Dataset items:
--- START ---

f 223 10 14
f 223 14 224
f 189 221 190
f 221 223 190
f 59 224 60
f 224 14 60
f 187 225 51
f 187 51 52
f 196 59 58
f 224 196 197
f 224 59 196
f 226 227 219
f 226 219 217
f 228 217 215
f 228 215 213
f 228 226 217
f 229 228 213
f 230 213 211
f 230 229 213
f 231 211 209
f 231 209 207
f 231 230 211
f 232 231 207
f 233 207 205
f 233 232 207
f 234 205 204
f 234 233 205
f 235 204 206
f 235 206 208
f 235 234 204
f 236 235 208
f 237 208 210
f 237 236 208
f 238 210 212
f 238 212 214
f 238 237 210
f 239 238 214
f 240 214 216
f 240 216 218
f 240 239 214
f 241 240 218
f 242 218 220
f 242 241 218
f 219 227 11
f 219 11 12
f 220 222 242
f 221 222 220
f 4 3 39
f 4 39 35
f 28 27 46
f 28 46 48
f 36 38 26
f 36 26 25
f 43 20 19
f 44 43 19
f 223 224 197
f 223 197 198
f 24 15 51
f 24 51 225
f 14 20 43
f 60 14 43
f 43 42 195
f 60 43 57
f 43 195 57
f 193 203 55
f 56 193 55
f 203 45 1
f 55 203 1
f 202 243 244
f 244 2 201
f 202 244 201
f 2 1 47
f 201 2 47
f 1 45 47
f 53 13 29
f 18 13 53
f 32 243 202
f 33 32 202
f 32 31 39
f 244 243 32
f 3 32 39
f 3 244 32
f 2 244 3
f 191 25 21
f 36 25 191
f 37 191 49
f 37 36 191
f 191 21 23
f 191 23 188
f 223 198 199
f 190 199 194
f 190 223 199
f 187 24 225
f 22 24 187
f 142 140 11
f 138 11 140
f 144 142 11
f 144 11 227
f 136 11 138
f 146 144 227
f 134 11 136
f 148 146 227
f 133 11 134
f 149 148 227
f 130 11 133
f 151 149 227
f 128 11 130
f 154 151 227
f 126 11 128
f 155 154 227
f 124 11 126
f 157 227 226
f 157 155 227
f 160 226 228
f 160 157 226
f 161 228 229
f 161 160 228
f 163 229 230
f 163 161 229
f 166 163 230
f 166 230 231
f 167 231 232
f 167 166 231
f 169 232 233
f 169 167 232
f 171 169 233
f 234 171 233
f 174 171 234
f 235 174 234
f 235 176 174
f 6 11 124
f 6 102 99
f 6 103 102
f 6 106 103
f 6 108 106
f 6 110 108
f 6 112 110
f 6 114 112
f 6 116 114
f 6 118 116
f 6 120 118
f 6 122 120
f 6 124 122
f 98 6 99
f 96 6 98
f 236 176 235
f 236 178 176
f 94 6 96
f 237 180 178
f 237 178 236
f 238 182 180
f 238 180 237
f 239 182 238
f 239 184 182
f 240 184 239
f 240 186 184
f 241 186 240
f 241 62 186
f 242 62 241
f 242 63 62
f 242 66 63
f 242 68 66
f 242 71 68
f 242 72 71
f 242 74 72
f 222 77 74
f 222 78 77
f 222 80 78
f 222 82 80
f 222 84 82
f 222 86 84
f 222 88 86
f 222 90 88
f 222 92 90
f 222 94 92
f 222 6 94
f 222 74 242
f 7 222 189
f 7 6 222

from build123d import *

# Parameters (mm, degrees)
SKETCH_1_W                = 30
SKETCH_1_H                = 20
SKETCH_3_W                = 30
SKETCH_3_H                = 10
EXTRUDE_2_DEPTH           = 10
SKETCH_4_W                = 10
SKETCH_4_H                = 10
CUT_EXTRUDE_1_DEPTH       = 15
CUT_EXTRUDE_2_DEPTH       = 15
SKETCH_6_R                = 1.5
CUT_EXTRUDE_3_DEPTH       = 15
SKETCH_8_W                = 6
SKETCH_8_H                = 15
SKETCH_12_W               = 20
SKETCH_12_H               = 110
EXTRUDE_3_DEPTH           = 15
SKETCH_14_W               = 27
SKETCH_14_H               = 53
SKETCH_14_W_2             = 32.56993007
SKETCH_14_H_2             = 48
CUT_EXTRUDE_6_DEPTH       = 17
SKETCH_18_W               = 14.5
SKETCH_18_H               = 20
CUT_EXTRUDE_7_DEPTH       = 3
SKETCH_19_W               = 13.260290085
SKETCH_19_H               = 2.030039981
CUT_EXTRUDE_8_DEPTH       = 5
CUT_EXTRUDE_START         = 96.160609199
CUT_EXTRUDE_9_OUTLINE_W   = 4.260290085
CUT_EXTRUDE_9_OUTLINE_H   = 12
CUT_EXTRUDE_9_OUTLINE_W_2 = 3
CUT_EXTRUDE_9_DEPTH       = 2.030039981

--- END ---

▶ _YOUR TASK_
Without changing a single character, write out all of the entries.

▶ _ANSWER SECTION_
f 223 10 14
f 223 14 224
f 189 221 190
f 221 223 190
f 59 224 60
f 224 14 60
f 187 225 51
f 187 51 52
f 196 59 58
f 224 196 197
f 224 59 196
f 226 227 219
f 226 219 217
f 228 217 215
f 228 215 213
f 228 226 217
f 229 228 213
f 230 213 211
f 230 229 213
f 231 211 209
f 231 209 207
f 231 230 211
f 232 231 207
f 233 207 205
f 233 232 207
f 234 205 204
f 234 233 205
f 235 204 206
f 235 206 208
f 235 234 204
f 236 235 208
f 237 208 210
f 237 236 208
f 238 210 212
f 238 212 214
f 238 237 210
f 239 238 214
f 240 214 216
f 240 216 218
f 240 239 214
f 241 240 218
f 242 218 220
f 242 241 218
f 219 227 11
f 219 11 12
f 220 222 242
f 221 222 220
f 4 3 39
f 4 39 35
f 28 27 46
f 28 46 48
f 36 38 26
f 36 26 25
f 43 20 19
f 44 43 19
f 223 224 197
f 223 197 198
f 24 15 51
f 24 51 225
f 14 20 43
f 60 14 43
f 43 42 195
f 60 43 57
f 43 195 57
f 193 203 55
f 56 193 55
f 203 45 1
f 55 203 1
f 202 243 244
f 244 2 201
f 202 244 201
f 2 1 47
f 201 2 47
f 1 45 47
f 53 13 29
f 18 13 53
f 32 243 202
f 33 32 202
f 32 31 39
f 244 243 32
f 3 32 39
f 3 244 32
f 2 244 3
f 191 25 21
f 36 25 191
f 37 191 49
f 37 36 191
f 191 21 23
f 191 23 188
f 223 198 199
f 190 199 194
f 190 223 199
f 187 24 225
f 22 24 187
f 142 140 11
f 138 11 140
f 144 142 11
f 144 11 227
f 136 11 138
f 146 144 227
f 134 11 136
f 148 146 227
f 133 11 134
f 149 148 227
f 130 11 133
f 151 149 227
f 128 11 130
f 154 151 227
f 126 11 128
f 155 154 227
f 124 11 126
f 157 227 226
f 157 155 227
f 160 226 228
f 160 157 226
f 161 228 229
f 161 160 228
f 163 229 230
f 163 161 229
f 166 163 230
f 166 230 231
f 167 231 232
f 167 166 231
f 169 232 233
f 169 167 232
f 171 169 233
f 234 171 233
f 174 171 234
f 235 174 234
f 235 176 174
f 6 11 124
f 6 102 99
f 6 103 102
f 6 106 103
f 6 108 106
f 6 110 108
f 6 112 110
f 6 114 112
f 6 116 114
f 6 118 116
f 6 120 118
f 6 122 120
f 6 124 122
f 98 6 99
f 96 6 98
f 236 176 235
f 236 178 176
f 94 6 96
f 237 180 178
f 237 178 236
f 238 182 180
f 238 180 237
f 239 182 238
f 239 184 182
f 240 184 239
f 240 186 184
f 241 186 240
f 241 62 186
f 242 62 241
f 242 63 62
f 242 66 63
f 242 68 66
f 242 71 68
f 242 72 71
f 242 74 72
f 222 77 74
f 222 78 77
f 222 80 78
f 222 82 80
f 222 84 82
f 222 86 84
f 222 88 86
f 222 90 88
f 222 92 90
f 222 94 92
f 222 6 94
f 222 74 242
f 7 222 189
f 7 6 222

from build123d import *

# Parameters (mm, degrees)
SKETCH_1_W                = 30
SKETCH_1_H                = 20
SKETCH_3_W                = 30
SKETCH_3_H                = 10
EXTRUDE_2_DEPTH           = 10
SKETCH_4_W                = 10
SKETCH_4_H                = 10
CUT_EXTRUDE_1_DEPTH       = 15
CUT_EXTRUDE_2_DEPTH       = 15
SKETCH_6_R                = 1.5
CUT_EXTRUDE_3_DEPTH       = 15
SKETCH_8_W                = 6
SKETCH_8_H                = 15
SKETCH_12_W               = 20
SKETCH_12_H               = 110
EXTRUDE_3_DEPTH           = 15
SKETCH_14_W               = 27
SKETCH_14_H               = 53
SKETCH_14_W_2             = 32.56993007
SKETCH_14_H_2             = 48
CUT_EXTRUDE_6_DEPTH       = 17
SKETCH_18_W               = 14.5
SKETCH_18_H               = 20
CUT_EXTRUDE_7_DEPTH       = 3
SKETCH_19_W               = 13.260290085
SKETCH_19_H               = 2.030039981
CUT_EXTRUDE_8_DEPTH       = 5
CUT_EXTRUDE_START         = 96.160609199
CUT_EXTRUDE_9_OUTLINE_W   = 4.260290085
CUT_EXTRUDE_9_OUTLINE_H   = 12
CUT_EXTRUDE_9_OUTLINE_W_2 = 3
CUT_EXTRUDE_9_DEPTH       = 2.030039981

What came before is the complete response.